▶ _Task_:
Nothing beyond the line containing "circle A1 centre (35, 1034) radius 2.75" should be printed; print each line exactly from the first line of the listing below through it.

▶ _Dataset_:

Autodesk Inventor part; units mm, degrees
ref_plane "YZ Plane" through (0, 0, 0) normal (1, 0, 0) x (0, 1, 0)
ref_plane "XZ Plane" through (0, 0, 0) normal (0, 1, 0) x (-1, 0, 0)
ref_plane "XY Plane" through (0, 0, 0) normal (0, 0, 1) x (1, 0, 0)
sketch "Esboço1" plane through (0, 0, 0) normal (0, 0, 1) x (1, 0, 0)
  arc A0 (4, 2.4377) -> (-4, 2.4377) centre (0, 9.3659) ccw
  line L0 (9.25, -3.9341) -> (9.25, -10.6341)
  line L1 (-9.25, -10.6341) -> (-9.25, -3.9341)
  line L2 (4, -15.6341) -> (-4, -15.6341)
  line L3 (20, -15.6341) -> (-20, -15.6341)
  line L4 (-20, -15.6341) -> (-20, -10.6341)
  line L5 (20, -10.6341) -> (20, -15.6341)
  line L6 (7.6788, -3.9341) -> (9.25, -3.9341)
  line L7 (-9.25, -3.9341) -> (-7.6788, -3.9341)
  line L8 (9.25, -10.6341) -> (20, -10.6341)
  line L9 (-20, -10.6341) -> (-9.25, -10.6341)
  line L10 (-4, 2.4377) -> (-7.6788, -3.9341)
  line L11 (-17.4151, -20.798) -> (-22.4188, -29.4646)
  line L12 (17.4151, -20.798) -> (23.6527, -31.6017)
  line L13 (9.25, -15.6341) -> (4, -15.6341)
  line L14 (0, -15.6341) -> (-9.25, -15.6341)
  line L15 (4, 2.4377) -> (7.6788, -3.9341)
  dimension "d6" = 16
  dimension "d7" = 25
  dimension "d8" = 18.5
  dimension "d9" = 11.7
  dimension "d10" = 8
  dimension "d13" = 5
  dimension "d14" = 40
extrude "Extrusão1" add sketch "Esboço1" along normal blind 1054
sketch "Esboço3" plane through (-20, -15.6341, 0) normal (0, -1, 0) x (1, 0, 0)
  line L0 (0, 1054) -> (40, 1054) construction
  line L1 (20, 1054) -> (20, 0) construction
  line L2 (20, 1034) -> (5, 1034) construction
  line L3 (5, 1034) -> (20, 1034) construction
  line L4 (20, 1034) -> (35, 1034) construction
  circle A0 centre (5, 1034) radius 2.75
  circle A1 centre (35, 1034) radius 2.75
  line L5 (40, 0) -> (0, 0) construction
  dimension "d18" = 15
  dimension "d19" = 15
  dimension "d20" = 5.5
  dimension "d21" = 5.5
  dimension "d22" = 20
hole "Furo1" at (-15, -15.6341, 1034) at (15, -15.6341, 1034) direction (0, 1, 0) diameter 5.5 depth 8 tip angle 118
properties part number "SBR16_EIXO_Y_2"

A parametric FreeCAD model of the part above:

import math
import FreeCAD as App
import Part
import Sketcher

V = App.Vector
Q = App.Units.Quantity

doc = App.newDocument("Part")
body = doc.addObject("PartDesign::Body", "Body")

sketch1 = doc.addObject("Sketcher::SketchObject", "Sketch")
body.addObject(sketch1)
sketch1.AttachmentSupport = (doc.XY_Plane, [""])
sketch1.MapMode = "FlatFace"
sketch1.addGeometry([
    Part.LineSegment(V(7.7, -3.9, 0), V(4, 2.4, 0)),
    Part.ArcOfCircle(Part.Circle(V(0, 9.4, 0), V(0, 0, 1), 8), math.radians(-60), math.radians(240)),
    Part.LineSegment(V(-4, 2.4, 0), V(-7.7, -3.9, 0)),
    Part.LineSegment(V(-7.7, -3.9, 0), V(-9.2, -3.9, 0)),
    Part.LineSegment(V(-9.2, -3.9, 0), V(-9.2, -10.6, 0)),
    Part.LineSegment(V(-9.2, -10.6, 0), V(-20, -10.6, 0)),
    Part.LineSegment(V(-20, -10.6, 0), V(-20, -15.6, 0)),
    Part.LineSegment(V(-20, -15.6, 0), V(20, -15.6, 0)),
    Part.LineSegment(V(20, -15.6, 0), V(20, -10.6, 0)),
    Part.LineSegment(V(20, -10.6, 0), V(9.2, -10.6, 0)),
    Part.LineSegment(V(9.2, -10.6, 0), V(9.2, -3.9, 0)),
    Part.LineSegment(V(9.2, -3.9, 0), V(7.7, -3.9, 0)),
], False)
sketch1.addConstraint([
    Sketcher.Constraint("Coincident", 0, 2, 1, 1),
    Sketcher.Constraint("Coincident", 1, 2, 2, 1),
    Sketcher.Constraint("Coincident", 2, 2, 3, 1),
    Sketcher.Constraint("Coincident", 3, 2, 4, 1),
    Sketcher.Constraint("Coincident", 4, 2, 5, 1),
    Sketcher.Constraint("Coincident", 5, 2, 6, 1),
    Sketcher.Constraint("Coincident", 6, 2, 7, 1),
    Sketcher.Constraint("Coincident", 7, 2, 8, 1),
    Sketcher.Constraint("Coincident", 8, 2, 9, 1),
    Sketcher.Constraint("Coincident", 9, 2, 10, 1),
    Sketcher.Constraint("Coincident", 10, 2, 11, 1),
    Sketcher.Constraint("Coincident", 11, 2, 0, 1),
    Sketcher.Constraint("Horizontal", 3),
    Sketcher.Constraint("Vertical", 4),
    Sketcher.Constraint("Horizontal", 5),
    Sketcher.Constraint("Vertical", 6),
    Sketcher.Constraint("Horizontal", 7),
    Sketcher.Constraint("Vertical", 8),
    Sketcher.Constraint("Horizontal", 9),
    Sketcher.Constraint("Vertical", 10),
    Sketcher.Constraint("Horizontal", 11),
    Sketcher.Constraint("Symmetric", 0, 2, 1, 2, -2),
    Sketcher.Constraint("Symmetric", 5, 2, 8, 2, -2),
    Sketcher.Constraint("Symmetric", 3, 2, 10, 2, -2),
    Sketcher.Constraint("Equal", 3, 11),
    Sketcher.Constraint("Radius", 1, Q("8 mm")),
    Sketcher.Constraint("DistanceX", 7, 1, 7, 2, Q("40 mm")),
    Sketcher.Constraint("DistanceY", 6, 2, 6, 1, Q("5 mm")),
    Sketcher.Constraint("DistanceX", 1, 2, 0, 2, Q("8 mm")),
    Sketcher.Constraint("DistanceY", 6, 2, 3, 2, Q("11.7 mm")),
    Sketcher.Constraint("DistanceX", 4, 2, 9, 2, Q("18.5 mm")),
    Sketcher.Constraint("Angle", 0, Q("120.0003 deg")),
    Sketcher.Constraint("DistanceY", 4, 2, 1, 3, Q("20 mm")),
    Sketcher.Constraint("DistanceY", -1, 1, 1, 3, Q("9.366 mm")),
])
pad1 = doc.addObject("PartDesign::Pad", "Pad")
body.addObject(pad1)
pad1.Profile = sketch1
pad1.Length = 1054

sketch2 = doc.addObject("Sketcher::SketchObject", "Sketch001")
body.addObject(sketch2)
sketch2.AttachmentSupport = (doc.XZ_Plane, [""])
sketch2.MapMode = "FlatFace"
sketch2.AttachmentOffset = App.Placement(V(0, 0, 15.6341), App.Rotation())
sketch2.addGeometry([
    Part.Circle(V(-15, 1034, 0), V(0, 0, 1), 2.8),
    Part.Circle(V(15, 1034, 0), V(0, 0, 1), 2.8),
], False)
sketch2.addConstraint([
    Sketcher.Constraint("Equal", 0, 1),
    Sketcher.Constraint("Symmetric", 0, 3, 1, 3, -2),
    Sketcher.Constraint("Diameter", 0, Q("5.5 mm")),
    Sketcher.Constraint("DistanceX", 0, 3, -1, 1, Q("15 mm")),
    Sketcher.Constraint("DistanceY", -1, 1, 0, 3, Q("1034 mm")),
])
doc.recompute()
hole = doc.addObject("PartDesign::Hole", "Hole")
body.addObject(hole)
hole.Profile = sketch2
hole.ThreadType = "None"
hole.Diameter = 5.5
hole.DepthType = "Dimension"
hole.Depth = 8
hole.DrillPoint = "Angled"
hole.DrillPointAngle = 118

doc.recompute()
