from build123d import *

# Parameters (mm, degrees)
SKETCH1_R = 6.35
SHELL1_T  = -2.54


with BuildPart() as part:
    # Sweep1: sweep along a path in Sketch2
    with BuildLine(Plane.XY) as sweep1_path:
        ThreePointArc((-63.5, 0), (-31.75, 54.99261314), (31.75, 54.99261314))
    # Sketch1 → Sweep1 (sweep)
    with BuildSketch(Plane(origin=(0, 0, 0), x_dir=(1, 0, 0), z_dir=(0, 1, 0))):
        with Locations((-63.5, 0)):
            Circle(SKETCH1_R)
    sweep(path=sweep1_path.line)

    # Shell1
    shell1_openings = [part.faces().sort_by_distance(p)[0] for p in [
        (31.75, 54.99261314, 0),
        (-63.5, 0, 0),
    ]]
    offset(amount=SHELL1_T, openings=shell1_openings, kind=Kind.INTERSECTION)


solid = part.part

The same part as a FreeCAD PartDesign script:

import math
import FreeCAD as App
import Part
import Sketcher

V = App.Vector
Q = App.Units.Quantity


def faces_at(feature, points):
    """Names of the faces that lie closest to the given points."""
    faces = feature.Shape.Faces
    near = lambda p: min(range(len(faces)), key=lambda i: faces[i].distToShape(Part.Vertex(*p))[0])
    return sorted({f"Face{near(p) + 1}" for p in points})

doc = App.newDocument("Part")
body = doc.addObject("PartDesign::Body", "Body")

# Sketch on XZ plane
sketch1 = body.newObject("Sketcher::SketchObject", "Sketch")
sketch1.AttachmentSupport = (doc.getObject("XZ_Plane"), [""])
sketch1.MapMode = "FlatFace"
sketch1.addGeometry(Part.Circle(V(-64, 0, 0), V(0, 0, 1), 6), False)
sketch1.addConstraint([
    Sketcher.Constraint("PointOnObject", 0, 3, -1),
    Sketcher.Constraint("Diameter", 0, Q("0.5 in")),
    Sketcher.Constraint("DistanceX", 0, 3, -1, 1, Q("2.5 in")),
])

# Sketch on XY plane
sketch2 = body.newObject("Sketcher::SketchObject", "Sketch001")
sketch2.AttachmentSupport = (doc.getObject("XY_Plane"), [""])
sketch2.MapMode = "FlatFace"
sketch2.addGeometry(Part.ArcOfCircle(Part.Circle(V(0, 0, 0), V(0, 0, 1), 64), math.radians(60), math.radians(180)), False)
sketch2.addConstraint([
    Sketcher.Constraint("Coincident", 0, 3, -1, 1),
    Sketcher.Constraint("PointOnObject", 0, 2, -1),
    Sketcher.Constraint("Radius", 0, Q("2.5 in")),
    Sketcher.Constraint("DistanceX", -1, 1, 0, 1, Q("1.25 in")),
])
doc.recompute()

additivepipe = body.newObject("PartDesign::AdditivePipe", "AdditivePipe")
additivepipe.Profile = sketch1
additivepipe.Spine = (sketch2, ["Edge1"])
doc.recompute()

thickness = body.newObject("PartDesign::Thickness", "Thickness")
thickness.Base = (additivepipe, faces_at(additivepipe, [(31.75, 54.993, 0), (-63.5, 0, 0)]))
thickness.Value = Q("0.1 in")
thickness.Reversed = True
thickness.Join = "Intersection"

doc.recompute()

▶ _Reply to the task_:
Autodesk Inventor part; units mm, degrees
ref_plane "YZ Plane" through (0, 0, 0) normal (1, 0, 0) x (0, 1, 0)
ref_plane "XZ Plane" through (0, 0, 0) normal (0, 1, 0) x (-1, 0, 0)
ref_plane "XY Plane" through (0, 0, 0) normal (0, 0, 1) x (1, 0, 0)
sketch "Esboço1" plane through (0, 0, 0) normal (0, 0, 1) x (1, 0, 0)
  arc A0 (4, 2.4377) -> (-4, 2.4377) centre (0, 9.3659) ccw
  line L0 (9.25, -3.9341) -> (9.25, -10.6341)
  line L1 (-9.25, -10.6341) -> (-9.25, -3.9341)
  line L2 (4, -15.6341) -> (-4, -15.6341)
  line L3 (20, -15.6341) -> (-20, -15.6341)
  line L4 (-20, -15.6341) -> (-20, -10.6341)
  line L5 (20, -10.6341) -> (20, -15.6341)
  line L6 (7.6788, -3.9341) -> (9.25, -3.9341)
  line L7 (-9.25, -3.9341) -> (-7.6788, -3.9341)
  line L8 (9.25, -10.6341) -> (20, -10.6341)
  line L9 (-20, -10.6341) -> (-9.25, -10.6341)
  line L10 (-4, 2.4377) -> (-7.6788, -3.9341)
  line L11 (-17.4151, -20.798) -> (-22.4188, -29.4646)
  line L12 (17.4151, -20.798) -> (23.6527, -31.6017)
  line L13 (9.25, -15.6341) -> (4, -15.6341)
  line L14 (0, -15.6341) -> (-9.25, -15.6341)
  line L15 (4, 2.4377) -> (7.6788, -3.9341)
  dimension "d6" = 16
  dimension "d7" = 25
  dimension "d8" = 18.5
  dimension "d9" = 11.7
  dimension "d10" = 8
  dimension "d13" = 5
  dimension "d14" = 40
extrude "Extrusão1" add sketch "Esboço1" along normal blind 1054
sketch "Esboço3" plane through (-20, -15.6341, 0) normal (0, -1, 0) x (1, 0, 0)
  line L0 (0, 1054) -> (40, 1054) construction
  line L1 (20, 1054) -> (20, 0) construction
  line L2 (20, 1034) -> (5, 1034) construction
  line L3 (5, 1034) -> (20, 1034) construction
  line L4 (20, 1034) -> (35, 1034) construction
  circle A0 centre (5, 1034) radius 2.75
  circle A1 centre (35, 1034) radius 2.75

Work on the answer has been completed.